• Exercise objective:
Only one portion of the data is to be written out: from the line bearing "f 172 171 203" through the line bearing "f 184 151 214". Write it exactly as it appears.

──────── Material for the task ────────

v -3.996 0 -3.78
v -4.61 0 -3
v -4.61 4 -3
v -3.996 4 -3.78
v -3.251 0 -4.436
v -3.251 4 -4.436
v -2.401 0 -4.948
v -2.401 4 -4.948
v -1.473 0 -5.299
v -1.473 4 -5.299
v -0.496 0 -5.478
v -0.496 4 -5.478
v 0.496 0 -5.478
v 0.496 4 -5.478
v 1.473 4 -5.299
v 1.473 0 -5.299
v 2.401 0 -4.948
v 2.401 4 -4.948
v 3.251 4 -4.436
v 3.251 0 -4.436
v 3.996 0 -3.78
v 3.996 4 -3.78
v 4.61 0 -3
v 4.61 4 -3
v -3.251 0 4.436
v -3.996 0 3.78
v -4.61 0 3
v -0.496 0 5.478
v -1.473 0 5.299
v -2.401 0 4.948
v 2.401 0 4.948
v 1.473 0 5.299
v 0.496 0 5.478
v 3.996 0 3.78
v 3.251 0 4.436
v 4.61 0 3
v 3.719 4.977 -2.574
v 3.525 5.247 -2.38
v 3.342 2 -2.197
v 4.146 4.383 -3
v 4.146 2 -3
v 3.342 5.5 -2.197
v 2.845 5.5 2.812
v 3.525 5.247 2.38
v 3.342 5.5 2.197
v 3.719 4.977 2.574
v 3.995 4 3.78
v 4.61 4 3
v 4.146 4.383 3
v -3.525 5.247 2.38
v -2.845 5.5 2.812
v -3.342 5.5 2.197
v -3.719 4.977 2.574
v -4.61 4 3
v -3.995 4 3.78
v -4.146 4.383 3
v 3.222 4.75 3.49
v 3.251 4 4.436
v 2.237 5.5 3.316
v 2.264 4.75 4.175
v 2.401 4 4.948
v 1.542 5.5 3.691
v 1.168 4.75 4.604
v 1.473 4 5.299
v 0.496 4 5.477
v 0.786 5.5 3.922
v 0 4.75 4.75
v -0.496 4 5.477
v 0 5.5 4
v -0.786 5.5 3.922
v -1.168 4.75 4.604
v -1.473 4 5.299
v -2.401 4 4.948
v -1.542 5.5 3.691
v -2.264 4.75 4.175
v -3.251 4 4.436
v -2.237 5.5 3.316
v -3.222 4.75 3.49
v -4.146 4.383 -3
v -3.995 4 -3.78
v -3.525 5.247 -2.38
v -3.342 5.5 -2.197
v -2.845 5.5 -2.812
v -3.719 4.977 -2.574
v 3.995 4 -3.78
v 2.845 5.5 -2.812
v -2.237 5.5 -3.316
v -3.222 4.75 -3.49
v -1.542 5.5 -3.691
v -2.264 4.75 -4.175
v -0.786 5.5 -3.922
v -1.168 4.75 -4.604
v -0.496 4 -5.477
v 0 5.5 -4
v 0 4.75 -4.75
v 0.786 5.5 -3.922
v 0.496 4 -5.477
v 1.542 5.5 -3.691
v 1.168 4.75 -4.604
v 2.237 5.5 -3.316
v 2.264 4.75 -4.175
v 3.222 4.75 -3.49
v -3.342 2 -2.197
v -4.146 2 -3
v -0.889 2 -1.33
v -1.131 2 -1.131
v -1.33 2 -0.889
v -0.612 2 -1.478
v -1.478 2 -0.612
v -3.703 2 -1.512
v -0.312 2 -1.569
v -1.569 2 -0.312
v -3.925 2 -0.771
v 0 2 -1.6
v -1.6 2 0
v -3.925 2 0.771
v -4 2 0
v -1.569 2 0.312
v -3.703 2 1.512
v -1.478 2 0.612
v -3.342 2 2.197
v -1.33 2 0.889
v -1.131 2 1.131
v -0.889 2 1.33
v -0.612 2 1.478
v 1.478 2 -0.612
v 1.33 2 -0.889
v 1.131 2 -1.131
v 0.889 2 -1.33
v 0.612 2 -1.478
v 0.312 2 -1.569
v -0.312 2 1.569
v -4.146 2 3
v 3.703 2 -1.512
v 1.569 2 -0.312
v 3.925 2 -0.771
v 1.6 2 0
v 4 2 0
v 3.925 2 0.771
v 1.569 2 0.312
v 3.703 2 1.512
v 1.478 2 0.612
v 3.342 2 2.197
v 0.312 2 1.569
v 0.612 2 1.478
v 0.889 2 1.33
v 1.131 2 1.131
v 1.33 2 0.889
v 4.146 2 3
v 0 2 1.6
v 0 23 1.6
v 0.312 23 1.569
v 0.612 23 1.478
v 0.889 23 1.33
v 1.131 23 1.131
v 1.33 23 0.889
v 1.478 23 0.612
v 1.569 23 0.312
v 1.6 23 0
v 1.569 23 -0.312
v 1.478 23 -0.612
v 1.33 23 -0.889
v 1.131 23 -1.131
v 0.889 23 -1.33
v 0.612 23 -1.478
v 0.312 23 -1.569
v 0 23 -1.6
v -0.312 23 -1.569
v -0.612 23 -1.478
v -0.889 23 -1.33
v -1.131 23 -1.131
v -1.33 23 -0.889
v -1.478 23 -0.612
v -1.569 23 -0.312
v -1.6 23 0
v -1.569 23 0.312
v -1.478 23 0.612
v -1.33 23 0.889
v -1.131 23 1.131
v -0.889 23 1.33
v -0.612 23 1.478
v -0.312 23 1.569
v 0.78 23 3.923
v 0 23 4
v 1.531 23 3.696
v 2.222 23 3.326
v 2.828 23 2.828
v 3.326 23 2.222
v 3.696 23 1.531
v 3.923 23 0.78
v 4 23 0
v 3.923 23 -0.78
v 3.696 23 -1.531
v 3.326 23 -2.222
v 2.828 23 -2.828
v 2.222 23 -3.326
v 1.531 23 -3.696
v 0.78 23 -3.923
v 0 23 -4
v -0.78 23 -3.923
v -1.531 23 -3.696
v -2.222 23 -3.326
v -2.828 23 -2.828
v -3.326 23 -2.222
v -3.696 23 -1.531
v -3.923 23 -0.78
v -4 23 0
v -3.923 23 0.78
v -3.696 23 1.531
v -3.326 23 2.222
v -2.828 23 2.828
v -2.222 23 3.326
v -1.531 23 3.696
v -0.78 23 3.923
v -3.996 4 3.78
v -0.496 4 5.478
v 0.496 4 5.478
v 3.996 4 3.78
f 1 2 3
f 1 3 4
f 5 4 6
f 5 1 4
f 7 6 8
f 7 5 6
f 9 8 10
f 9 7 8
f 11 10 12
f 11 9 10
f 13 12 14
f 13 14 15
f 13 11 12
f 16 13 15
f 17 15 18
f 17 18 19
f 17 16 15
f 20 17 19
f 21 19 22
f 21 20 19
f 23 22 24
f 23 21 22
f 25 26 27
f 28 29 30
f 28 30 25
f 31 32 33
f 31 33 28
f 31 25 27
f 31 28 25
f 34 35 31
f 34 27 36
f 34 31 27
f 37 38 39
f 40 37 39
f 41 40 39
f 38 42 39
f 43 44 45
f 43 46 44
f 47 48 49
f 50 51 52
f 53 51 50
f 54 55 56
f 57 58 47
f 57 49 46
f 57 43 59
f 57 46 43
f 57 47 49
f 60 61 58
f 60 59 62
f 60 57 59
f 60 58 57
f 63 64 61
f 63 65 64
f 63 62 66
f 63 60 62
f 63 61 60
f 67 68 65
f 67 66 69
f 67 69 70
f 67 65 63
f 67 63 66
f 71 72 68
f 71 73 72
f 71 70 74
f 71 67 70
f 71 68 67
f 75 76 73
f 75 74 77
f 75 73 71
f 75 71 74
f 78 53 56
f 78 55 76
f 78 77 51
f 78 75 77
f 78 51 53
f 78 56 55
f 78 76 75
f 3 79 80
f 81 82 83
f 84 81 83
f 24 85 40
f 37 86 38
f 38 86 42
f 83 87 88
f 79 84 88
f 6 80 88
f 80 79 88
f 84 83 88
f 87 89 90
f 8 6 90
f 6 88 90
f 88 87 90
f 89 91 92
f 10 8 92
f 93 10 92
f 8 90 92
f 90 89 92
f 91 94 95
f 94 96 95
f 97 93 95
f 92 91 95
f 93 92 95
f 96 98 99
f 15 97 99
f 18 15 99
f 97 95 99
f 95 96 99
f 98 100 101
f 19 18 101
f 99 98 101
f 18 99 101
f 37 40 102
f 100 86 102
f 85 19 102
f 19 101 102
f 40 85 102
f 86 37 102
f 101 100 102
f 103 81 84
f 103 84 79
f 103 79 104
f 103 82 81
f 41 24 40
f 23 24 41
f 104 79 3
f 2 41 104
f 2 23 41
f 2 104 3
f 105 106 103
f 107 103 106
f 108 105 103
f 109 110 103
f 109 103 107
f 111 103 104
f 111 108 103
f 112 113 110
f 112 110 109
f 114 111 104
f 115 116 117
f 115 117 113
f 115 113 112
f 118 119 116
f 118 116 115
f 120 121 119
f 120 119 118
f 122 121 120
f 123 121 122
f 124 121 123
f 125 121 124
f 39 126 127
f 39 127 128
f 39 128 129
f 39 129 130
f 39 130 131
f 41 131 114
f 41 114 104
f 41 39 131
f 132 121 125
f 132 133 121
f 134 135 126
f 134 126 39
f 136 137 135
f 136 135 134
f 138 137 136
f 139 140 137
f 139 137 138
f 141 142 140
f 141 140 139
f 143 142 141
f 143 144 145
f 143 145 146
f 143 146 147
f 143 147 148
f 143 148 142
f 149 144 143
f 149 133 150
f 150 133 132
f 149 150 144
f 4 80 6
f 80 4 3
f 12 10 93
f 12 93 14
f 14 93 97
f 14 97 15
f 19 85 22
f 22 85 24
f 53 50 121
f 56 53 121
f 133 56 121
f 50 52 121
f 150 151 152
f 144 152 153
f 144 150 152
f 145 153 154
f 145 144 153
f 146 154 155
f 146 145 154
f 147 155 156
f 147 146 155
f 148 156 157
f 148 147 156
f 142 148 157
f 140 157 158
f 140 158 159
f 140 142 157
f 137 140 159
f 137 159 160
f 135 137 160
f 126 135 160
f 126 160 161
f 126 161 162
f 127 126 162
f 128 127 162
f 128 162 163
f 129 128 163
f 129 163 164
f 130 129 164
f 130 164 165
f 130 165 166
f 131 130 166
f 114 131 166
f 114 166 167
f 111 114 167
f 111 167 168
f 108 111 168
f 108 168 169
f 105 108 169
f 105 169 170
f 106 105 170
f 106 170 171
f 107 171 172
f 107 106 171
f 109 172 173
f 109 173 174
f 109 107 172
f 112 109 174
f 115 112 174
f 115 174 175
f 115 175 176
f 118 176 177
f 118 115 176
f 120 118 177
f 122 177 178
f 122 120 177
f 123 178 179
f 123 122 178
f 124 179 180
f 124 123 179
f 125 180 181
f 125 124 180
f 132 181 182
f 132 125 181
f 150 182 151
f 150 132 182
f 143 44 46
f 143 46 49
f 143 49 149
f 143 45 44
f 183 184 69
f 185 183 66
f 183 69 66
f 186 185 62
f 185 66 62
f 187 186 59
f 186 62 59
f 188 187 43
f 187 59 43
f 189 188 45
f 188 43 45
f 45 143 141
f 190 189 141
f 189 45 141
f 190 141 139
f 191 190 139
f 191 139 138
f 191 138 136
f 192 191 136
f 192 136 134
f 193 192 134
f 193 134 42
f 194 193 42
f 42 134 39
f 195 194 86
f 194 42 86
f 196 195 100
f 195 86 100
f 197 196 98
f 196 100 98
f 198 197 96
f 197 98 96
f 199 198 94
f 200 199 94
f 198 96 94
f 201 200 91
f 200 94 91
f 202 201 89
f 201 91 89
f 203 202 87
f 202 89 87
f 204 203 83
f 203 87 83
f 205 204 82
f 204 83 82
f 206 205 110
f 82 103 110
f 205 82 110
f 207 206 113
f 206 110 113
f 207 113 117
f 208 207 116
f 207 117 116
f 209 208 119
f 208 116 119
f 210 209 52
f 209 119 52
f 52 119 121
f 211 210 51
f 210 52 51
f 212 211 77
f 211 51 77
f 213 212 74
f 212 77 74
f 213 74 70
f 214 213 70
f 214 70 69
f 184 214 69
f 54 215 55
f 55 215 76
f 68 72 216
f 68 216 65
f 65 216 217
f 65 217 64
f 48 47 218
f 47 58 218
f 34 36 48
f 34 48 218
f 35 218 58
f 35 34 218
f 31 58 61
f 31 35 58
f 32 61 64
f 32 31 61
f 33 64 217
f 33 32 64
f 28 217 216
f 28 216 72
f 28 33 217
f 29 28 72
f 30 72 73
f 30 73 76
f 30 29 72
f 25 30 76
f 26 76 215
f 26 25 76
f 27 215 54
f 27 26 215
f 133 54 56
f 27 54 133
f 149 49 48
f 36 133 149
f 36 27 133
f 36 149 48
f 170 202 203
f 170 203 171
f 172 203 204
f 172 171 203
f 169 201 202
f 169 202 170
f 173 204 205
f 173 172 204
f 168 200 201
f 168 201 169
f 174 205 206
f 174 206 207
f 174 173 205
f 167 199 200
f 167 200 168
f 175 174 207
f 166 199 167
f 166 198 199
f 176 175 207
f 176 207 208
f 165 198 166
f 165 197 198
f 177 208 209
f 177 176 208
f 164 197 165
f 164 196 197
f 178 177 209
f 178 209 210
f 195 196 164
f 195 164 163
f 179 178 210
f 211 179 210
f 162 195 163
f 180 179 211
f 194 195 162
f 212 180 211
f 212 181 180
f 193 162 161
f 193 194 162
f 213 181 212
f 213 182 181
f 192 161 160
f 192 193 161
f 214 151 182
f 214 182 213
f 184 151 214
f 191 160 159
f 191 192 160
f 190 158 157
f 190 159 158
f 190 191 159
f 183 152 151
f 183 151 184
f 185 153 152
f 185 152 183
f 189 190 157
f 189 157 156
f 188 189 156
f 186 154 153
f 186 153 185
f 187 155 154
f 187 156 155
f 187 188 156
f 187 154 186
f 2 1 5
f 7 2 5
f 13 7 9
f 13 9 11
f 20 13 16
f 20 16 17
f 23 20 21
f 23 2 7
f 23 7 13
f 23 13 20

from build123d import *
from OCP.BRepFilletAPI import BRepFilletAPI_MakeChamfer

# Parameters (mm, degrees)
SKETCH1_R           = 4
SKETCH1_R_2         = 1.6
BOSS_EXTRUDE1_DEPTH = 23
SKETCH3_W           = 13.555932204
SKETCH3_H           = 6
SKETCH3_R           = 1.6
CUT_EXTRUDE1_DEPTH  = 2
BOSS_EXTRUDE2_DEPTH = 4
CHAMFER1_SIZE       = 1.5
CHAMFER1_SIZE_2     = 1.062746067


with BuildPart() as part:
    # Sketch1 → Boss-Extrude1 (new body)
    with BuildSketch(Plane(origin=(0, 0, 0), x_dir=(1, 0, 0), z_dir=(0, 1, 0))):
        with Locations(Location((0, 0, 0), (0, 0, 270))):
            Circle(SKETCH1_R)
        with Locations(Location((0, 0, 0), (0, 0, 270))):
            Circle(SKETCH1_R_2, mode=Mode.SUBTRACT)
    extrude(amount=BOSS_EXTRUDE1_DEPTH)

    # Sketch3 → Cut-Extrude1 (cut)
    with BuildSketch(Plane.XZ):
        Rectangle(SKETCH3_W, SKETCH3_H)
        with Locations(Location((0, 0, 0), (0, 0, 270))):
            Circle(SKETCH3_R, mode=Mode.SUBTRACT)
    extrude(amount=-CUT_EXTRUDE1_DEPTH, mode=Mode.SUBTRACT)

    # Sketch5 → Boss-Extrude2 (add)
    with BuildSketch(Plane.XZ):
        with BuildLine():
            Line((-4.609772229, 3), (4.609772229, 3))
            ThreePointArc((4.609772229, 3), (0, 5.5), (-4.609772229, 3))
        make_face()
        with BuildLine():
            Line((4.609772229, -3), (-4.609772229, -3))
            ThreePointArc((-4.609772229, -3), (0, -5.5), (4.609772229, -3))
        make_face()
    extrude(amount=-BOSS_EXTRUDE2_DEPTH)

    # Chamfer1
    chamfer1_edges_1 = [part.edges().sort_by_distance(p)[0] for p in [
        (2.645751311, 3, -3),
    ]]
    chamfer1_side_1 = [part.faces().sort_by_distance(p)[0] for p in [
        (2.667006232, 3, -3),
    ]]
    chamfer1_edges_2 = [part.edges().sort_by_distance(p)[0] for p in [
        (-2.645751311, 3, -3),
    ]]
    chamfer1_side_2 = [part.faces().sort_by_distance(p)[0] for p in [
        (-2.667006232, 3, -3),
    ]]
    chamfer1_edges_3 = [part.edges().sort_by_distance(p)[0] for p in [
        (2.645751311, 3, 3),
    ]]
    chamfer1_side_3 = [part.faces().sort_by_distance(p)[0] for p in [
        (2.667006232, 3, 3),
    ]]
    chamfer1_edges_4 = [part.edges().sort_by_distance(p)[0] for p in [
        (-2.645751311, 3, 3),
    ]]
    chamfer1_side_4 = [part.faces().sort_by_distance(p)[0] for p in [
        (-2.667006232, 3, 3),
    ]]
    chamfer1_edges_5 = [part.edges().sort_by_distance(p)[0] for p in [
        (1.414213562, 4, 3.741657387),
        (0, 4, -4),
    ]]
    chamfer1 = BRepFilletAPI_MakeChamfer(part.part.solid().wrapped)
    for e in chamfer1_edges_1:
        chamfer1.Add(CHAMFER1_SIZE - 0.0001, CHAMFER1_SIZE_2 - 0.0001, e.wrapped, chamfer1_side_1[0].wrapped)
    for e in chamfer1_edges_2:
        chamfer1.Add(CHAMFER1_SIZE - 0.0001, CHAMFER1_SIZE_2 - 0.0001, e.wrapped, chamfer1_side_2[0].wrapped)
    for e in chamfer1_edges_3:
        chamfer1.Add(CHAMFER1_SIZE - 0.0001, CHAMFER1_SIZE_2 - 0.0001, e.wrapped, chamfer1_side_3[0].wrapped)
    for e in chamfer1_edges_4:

────────

• Task answer:
f 172 171 203
f 169 201 202
f 169 202 170
f 173 204 205
f 173 172 204
f 168 200 201
f 168 201 169
f 174 205 206
f 174 206 207
f 174 173 205
f 167 199 200
f 167 200 168
f 175 174 207
f 166 199 167
f 166 198 199
f 176 175 207
f 176 207 208
f 165 198 166
f 165 197 198
f 177 208 209
f 177 176 208
f 164 197 165
f 164 196 197
f 178 177 209
f 178 209 210
f 195 196 164
f 195 164 163
f 179 178 210
f 211 179 210
f 162 195 163
f 180 179 211
f 194 195 162
f 212 180 211
f 212 181 180
f 193 162 161
f 193 194 162
f 213 181 212
f 213 182 181
f 192 161 160
f 192 193 161
f 214 151 182
f 214 182 213
f 184 151 214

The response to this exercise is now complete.